Segment Start: Available data
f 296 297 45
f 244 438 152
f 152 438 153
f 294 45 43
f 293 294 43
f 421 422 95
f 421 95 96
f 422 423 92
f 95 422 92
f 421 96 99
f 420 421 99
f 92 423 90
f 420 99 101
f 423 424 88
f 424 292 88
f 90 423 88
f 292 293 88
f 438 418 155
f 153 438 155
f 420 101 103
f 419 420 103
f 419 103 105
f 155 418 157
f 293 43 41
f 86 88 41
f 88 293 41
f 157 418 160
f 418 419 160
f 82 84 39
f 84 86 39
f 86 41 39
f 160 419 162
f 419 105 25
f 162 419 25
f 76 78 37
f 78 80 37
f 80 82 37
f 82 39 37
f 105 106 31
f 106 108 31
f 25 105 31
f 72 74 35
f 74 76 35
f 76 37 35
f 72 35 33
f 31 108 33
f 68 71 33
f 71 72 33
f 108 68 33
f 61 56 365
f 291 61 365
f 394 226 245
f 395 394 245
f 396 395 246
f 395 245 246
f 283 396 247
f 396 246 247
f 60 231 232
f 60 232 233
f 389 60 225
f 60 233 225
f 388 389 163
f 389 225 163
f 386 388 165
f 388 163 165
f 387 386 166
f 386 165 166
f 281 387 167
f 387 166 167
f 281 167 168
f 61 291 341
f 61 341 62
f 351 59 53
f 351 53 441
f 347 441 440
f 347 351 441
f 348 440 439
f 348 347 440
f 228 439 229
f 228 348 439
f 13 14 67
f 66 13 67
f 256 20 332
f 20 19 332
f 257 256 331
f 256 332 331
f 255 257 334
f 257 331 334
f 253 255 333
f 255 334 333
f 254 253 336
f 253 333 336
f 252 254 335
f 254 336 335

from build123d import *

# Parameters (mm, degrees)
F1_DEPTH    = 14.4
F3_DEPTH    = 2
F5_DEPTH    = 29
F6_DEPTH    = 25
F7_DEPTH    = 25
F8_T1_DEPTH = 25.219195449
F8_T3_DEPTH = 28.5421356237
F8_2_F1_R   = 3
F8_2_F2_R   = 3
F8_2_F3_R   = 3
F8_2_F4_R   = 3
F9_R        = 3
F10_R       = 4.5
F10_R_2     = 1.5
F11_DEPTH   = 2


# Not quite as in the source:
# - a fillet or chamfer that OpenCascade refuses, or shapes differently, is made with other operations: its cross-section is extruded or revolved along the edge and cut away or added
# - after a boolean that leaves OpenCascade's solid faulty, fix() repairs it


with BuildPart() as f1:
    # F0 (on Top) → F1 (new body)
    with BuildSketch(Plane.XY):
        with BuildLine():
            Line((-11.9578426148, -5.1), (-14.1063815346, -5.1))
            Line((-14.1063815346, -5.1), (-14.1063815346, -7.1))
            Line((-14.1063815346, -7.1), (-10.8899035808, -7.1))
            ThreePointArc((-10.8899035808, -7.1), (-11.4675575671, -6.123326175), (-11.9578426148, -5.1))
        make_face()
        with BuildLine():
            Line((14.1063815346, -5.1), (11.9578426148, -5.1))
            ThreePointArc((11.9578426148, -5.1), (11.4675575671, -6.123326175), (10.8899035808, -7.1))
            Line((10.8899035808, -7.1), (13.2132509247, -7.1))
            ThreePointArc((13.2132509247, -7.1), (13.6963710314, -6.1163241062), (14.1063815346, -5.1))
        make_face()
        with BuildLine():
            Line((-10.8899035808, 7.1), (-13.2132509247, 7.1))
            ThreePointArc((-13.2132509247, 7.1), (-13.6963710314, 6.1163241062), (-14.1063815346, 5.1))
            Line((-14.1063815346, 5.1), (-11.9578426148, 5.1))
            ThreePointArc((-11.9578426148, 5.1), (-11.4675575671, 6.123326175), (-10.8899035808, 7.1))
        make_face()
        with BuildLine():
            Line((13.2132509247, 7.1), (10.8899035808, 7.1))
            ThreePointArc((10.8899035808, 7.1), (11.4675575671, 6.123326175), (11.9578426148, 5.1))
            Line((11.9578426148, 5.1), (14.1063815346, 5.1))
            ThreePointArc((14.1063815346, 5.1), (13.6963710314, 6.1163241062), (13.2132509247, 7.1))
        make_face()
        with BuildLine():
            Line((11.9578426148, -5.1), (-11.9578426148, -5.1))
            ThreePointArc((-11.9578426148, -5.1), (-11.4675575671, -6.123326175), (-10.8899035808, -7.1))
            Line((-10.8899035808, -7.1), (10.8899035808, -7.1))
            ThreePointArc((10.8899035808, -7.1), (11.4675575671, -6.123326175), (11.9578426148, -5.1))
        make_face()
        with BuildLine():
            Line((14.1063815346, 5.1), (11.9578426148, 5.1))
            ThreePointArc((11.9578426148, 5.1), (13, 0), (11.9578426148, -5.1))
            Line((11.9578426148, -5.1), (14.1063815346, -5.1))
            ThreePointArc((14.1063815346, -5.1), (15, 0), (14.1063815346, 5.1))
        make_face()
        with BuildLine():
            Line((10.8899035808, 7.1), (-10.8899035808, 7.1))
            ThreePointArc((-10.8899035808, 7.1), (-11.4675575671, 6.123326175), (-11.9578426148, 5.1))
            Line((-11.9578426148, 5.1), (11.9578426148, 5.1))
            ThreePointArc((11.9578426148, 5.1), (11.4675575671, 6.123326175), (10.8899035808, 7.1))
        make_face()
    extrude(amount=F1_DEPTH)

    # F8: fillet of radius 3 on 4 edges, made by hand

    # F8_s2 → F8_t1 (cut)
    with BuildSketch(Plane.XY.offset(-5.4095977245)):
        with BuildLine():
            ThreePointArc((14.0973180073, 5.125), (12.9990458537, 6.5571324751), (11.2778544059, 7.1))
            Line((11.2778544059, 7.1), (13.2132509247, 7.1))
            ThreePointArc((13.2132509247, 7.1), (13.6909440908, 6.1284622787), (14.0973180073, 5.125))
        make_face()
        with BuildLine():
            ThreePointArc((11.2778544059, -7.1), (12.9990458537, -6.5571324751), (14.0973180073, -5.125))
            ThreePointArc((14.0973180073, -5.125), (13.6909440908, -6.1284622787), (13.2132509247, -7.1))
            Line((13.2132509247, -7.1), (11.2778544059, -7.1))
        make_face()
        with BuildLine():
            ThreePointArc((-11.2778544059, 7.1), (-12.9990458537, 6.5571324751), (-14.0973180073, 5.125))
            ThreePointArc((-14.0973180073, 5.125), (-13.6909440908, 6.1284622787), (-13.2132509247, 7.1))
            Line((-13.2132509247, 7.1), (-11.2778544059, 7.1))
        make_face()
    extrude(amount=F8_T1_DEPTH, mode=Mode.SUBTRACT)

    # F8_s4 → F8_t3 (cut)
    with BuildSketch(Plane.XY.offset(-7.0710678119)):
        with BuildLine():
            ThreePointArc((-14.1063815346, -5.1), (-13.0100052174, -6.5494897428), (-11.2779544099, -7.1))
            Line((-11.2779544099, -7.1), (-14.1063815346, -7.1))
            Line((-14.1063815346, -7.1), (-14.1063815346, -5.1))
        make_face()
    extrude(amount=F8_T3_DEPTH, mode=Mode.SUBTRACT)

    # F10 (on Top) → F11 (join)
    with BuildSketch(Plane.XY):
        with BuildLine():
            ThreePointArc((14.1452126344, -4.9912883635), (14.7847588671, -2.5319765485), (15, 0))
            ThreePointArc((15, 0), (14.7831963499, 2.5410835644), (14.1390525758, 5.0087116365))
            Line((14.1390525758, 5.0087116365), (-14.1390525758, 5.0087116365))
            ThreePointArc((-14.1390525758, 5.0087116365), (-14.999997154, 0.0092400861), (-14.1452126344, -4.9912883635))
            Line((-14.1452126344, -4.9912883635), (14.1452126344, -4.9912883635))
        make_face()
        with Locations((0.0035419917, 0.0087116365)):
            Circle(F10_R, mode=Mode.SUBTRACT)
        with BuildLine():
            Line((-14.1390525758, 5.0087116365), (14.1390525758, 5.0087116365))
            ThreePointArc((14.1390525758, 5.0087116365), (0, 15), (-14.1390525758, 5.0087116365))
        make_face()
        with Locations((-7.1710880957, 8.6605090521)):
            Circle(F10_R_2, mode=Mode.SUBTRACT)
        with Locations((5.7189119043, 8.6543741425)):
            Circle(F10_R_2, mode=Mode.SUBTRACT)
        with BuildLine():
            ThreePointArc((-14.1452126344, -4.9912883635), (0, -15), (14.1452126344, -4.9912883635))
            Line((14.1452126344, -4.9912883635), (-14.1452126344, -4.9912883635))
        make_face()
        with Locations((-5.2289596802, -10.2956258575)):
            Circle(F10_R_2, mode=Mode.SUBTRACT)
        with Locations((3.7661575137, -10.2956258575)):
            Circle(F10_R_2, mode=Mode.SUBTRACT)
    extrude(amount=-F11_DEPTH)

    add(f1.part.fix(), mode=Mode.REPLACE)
Segment End: Available data
» Work to be completed: Could you restate word for word the lines above from the one containing "f 255 257 334" through the one containing "Line((-11.9578426148, -5.1), (-14.1063815346, -5.1))", both included, and nothing else?

» Answer:
f 255 257 334
f 257 331 334
f 253 255 333
f 255 334 333
f 254 253 336
f 253 333 336
f 252 254 335
f 254 336 335

from build123d import *

# Parameters (mm, degrees)
F1_DEPTH    = 14.4
F3_DEPTH    = 2
F5_DEPTH    = 29
F6_DEPTH    = 25
F7_DEPTH    = 25
F8_T1_DEPTH = 25.219195449
F8_T3_DEPTH = 28.5421356237
F8_2_F1_R   = 3
F8_2_F2_R   = 3
F8_2_F3_R   = 3
F8_2_F4_R   = 3
F9_R        = 3
F10_R       = 4.5
F10_R_2     = 1.5
F11_DEPTH   = 2


# Not quite as in the source:
# - a fillet or chamfer that OpenCascade refuses, or shapes differently, is made with other operations: its cross-section is extruded or revolved along the edge and cut away or added
# - after a boolean that leaves OpenCascade's solid faulty, fix() repairs it


with BuildPart() as f1:
    # F0 (on Top) → F1 (new body)
    with BuildSketch(Plane.XY):
        with BuildLine():
            Line((-11.9578426148, -5.1), (-14.1063815346, -5.1))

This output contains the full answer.